There are a number of existing and emerging usage models where support for I/O virtualization is, or will become, increasingly important. Performance, scalability, cost, trust, reliability, and availability are all important considerations, and their relative importance can vary depending upon usage models and the market segment in which they are deployed.

There are two key requirements that are common across market segments and usage models. The first requirement is protected access to I/O resources from a given virtual machine (VM), such that it cannot interfere with the operation of another VM on the same platform. This isolation between VMs is essential for achieving availability, reliability, and trust. The second major requirement is the ability to share I/O resources among multiple VMs. In many cases, it is not practical or cost-effective to replicate I/O resources (such as storage or network controllers) for each VM on a given platform.

First we consider the importance of I/O virtualization in the data center. Many server applications are I/O intensive, especially for networking and storage. Key requirements within the data center include scalability and performance to enable server consolidation. Reliability and availability are important as mission-critical applications move onto virtualized data center servers and infrastructures.

In the case of server consolidation, virtualization is used to deploy multiple VMs (each containing an operating system (OS) and associated services and applications) onto a single server. This consolidation is done primarily to utilize the underlying server hardware more effectively. Many server applications require a significant amount of I/O performance, and so it follows that the consolidation of multiple server applications will need a scalable and high-performance solution for I/O virtualization. The scalability requirement comes from the fact that the total network and storage I/O required from a given server platform is the aggregate of the I/O requirements of the multiple consolidated applications. I/O performance is needed by each VM to satisfy a wide range of server applications with varied and demanding I/O performance requirements.

Next we look at the importance of I/O virtualization in client platforms. For most client platforms, I/O scalability and performance are relatively modest as compared to servers, but tend to be more sensitive to cost and trust issues.

In the case of the enterprise client, virtualization can be used to create a self-contained operating environment, or "virtual appliance," that is dedicated to capabilities such as manageability or security. These capabilities generally need protected and secure access to a network device to communicate with down-the-wire management agents and to monitor network traffic for security threats. For example, a security agent within a VM requires protected access to the actual network controller hardware. This agent can then intelligently examine network traffic for malicious payloads or suspected intrusion attempts before the network packets are passed to the guest OS, where user applications might be affected.

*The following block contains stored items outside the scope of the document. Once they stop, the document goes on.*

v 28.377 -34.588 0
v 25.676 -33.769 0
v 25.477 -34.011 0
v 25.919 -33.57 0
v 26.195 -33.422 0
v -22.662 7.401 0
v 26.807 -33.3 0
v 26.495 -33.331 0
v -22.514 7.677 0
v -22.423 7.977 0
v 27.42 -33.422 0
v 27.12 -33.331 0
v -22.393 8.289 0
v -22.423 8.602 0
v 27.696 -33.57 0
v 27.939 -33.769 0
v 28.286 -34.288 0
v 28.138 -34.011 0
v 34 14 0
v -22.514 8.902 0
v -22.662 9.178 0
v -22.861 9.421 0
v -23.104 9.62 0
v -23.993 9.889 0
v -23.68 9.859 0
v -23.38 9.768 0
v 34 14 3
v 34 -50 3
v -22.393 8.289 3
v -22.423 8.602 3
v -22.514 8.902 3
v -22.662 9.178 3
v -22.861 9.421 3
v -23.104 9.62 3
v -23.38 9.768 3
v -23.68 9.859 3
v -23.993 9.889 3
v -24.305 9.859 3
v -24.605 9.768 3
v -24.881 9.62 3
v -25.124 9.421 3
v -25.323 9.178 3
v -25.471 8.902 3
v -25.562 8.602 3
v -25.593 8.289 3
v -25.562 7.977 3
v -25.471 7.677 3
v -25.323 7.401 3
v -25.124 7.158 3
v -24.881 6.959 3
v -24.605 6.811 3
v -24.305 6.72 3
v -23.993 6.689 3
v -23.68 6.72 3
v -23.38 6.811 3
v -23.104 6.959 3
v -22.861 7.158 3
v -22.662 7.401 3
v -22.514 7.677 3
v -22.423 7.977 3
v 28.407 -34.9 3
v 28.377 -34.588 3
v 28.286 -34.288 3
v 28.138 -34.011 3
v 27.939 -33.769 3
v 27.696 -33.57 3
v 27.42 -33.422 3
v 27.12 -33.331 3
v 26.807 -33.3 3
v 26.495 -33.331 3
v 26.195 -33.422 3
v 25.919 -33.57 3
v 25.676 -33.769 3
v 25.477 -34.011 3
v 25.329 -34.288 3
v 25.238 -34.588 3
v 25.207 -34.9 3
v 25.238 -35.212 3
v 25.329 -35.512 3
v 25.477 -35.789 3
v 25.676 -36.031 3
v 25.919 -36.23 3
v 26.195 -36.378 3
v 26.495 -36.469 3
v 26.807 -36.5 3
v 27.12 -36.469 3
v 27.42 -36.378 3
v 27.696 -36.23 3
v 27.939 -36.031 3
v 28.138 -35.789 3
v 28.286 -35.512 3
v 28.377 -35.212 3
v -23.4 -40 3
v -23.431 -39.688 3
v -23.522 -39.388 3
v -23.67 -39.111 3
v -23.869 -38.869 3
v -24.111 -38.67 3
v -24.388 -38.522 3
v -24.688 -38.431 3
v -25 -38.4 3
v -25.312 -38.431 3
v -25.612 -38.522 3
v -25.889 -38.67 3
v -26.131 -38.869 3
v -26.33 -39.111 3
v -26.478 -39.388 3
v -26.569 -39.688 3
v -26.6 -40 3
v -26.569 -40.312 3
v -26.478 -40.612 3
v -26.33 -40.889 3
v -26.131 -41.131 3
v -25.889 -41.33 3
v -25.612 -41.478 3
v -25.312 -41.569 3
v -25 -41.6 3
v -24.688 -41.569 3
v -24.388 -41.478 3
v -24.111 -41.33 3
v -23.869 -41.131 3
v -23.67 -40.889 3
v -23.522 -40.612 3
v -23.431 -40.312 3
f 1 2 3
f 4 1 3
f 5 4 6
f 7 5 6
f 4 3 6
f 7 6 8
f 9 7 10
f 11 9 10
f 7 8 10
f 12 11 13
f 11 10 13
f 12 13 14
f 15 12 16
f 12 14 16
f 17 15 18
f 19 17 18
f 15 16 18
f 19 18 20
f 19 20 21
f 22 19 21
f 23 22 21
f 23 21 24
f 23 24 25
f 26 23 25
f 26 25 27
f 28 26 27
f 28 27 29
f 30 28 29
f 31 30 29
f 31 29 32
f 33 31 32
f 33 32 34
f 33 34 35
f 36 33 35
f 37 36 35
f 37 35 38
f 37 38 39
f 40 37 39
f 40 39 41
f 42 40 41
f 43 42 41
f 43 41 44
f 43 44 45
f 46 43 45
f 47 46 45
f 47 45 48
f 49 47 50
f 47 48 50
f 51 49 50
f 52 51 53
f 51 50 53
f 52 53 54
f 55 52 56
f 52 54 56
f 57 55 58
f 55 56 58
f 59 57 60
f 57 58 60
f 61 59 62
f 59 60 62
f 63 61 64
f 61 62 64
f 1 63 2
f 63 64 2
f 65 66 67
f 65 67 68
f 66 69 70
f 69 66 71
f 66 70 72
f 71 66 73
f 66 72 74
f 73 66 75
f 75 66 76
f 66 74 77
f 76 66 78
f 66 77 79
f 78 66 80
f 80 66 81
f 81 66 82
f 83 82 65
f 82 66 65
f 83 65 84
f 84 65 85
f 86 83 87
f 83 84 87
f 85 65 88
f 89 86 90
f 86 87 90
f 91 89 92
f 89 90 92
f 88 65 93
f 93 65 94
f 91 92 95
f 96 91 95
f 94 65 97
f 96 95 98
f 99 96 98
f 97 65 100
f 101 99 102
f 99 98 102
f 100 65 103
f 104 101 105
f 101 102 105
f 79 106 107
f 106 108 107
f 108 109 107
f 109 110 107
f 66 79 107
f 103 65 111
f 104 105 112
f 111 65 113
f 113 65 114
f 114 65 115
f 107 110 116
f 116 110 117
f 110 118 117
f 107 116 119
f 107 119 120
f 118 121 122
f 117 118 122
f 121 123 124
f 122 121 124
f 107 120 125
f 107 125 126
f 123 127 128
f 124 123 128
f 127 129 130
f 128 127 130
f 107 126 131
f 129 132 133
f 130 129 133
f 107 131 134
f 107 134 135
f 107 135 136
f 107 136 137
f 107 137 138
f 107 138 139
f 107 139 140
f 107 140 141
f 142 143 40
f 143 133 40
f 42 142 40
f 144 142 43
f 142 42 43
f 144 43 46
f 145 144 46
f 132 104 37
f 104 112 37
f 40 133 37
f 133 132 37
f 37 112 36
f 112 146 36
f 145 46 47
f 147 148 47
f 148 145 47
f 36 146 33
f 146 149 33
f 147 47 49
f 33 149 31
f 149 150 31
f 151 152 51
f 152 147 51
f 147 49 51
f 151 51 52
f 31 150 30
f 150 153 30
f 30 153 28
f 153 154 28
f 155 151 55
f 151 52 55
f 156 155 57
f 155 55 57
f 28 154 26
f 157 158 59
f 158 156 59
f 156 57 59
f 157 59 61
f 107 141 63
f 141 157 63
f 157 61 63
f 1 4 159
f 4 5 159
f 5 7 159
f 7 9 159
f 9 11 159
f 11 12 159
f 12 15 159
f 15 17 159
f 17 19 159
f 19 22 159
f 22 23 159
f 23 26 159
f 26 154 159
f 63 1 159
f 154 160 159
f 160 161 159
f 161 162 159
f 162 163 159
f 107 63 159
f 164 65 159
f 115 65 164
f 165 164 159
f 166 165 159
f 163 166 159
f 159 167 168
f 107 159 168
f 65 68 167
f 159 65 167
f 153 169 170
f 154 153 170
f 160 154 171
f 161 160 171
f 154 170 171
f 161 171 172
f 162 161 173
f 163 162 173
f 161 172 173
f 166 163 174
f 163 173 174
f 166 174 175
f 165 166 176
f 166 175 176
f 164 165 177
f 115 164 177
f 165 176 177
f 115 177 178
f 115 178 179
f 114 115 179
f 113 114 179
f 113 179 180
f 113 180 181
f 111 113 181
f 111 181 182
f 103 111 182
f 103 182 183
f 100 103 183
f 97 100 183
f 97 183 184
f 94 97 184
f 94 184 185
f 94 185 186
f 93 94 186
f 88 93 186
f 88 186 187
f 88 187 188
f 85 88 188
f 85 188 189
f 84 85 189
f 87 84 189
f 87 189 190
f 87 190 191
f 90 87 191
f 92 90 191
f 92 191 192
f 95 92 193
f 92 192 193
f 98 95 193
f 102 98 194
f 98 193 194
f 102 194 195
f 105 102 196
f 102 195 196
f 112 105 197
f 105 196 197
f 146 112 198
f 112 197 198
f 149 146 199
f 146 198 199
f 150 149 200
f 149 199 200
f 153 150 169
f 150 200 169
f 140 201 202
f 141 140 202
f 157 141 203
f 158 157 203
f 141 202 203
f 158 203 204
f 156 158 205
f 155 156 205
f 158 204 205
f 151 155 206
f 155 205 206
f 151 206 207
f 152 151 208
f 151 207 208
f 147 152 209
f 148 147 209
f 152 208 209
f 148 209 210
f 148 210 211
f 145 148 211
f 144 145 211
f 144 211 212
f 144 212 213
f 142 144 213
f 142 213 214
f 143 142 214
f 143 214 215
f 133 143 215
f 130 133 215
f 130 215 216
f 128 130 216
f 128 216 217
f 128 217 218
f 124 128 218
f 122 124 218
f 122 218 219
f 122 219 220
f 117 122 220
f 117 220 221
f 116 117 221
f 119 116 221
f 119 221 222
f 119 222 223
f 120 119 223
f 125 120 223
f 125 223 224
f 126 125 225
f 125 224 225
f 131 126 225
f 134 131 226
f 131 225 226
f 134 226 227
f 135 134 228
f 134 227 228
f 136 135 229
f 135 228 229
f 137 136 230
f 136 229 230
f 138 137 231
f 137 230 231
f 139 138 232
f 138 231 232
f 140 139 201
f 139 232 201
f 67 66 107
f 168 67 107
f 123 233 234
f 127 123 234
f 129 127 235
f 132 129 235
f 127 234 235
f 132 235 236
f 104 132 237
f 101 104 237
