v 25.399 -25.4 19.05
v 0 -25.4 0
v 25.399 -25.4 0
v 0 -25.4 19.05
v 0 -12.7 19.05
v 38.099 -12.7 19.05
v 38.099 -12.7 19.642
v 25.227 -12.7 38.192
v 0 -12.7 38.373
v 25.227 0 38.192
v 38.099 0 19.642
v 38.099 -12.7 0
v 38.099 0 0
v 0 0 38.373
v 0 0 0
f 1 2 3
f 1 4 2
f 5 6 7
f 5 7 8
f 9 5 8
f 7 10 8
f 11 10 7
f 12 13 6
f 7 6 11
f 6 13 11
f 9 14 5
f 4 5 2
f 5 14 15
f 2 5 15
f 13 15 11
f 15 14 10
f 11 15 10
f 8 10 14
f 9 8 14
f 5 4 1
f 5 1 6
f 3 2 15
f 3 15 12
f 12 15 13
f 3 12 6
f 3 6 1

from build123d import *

# Parameters (mm, degrees)
F1_DEPTH = 25.4
F3_DEPTH = 38.100021
F5_DEPTH = 25.401
F7_DEPTH = 19.051


with BuildPart() as f1:
    # F0 (on Front) → F1 (new body)
    with BuildSketch(Plane.XZ):
        Polygon((38.099021, 38.1), (0, 38.373113), (0, 0), (38.099021, 0), align=None)
    extrude(amount=F1_DEPTH)

    # F2 (on Right) → F3 (cut, through all)
    with BuildSketch(Plane.YZ):
        Polygon((-12.7, 19.05), (-12.7, 38.488368), (-25.474755, 38.488368), (-25.453678, 19.05), align=None)
    extrude(amount=F3_DEPTH, mode=Mode.SUBTRACT)

    # F4 (on Front) → F5 (cut, through all)
    with BuildSketch(Plane.XZ):
        Polygon((38.132016, 38.228069), (25.06916, 38.420167), (38.132016, 19.594286), align=None)
    extrude(amount=F5_DEPTH, mode=Mode.SUBTRACT)

    # F6 (on face) → F7 (cut, through all)
    with BuildSketch(Plane.XY.offset(19.05)):
        Polygon((38.099021, -25.4), (38.099021, -12.7), (25.399021, -25.4), align=None)
    extrude(amount=-F7_DEPTH, mode=Mode.SUBTRACT)


solid = f1.part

This virtual-appliance model can be applied beyond the enterprise client. Workstations and home computers can use this technique for management, security, content protection, and a wide variety of other dedicated services. The type of service deployed may dictate that various types of I/O resources, graphics, network, and storage devices, be isolated from the OS where the user's applications are running.

In this paper we survey a variety of existing and emerging techniques for addressing the above requirements of I/O virtualization. We begin in the next section by studying different options for Virtual Machine Monitor (VMM) structuring and software architecture, and then we discuss various techniques for sharing I/O resources among multiple guest OSs. Our survey highlights various challenges faced by today's I/O-virtualization techniques, and it underscores the need for new forms of hardware support to facilitate I/O-resource assignment, protection, and sharing. We then detail the architecture of Intel's VT-d and explain how it helps to establish a new platform infrastructure for addressing the challenges of I/O virtualization in future platforms based on Intel^® technology.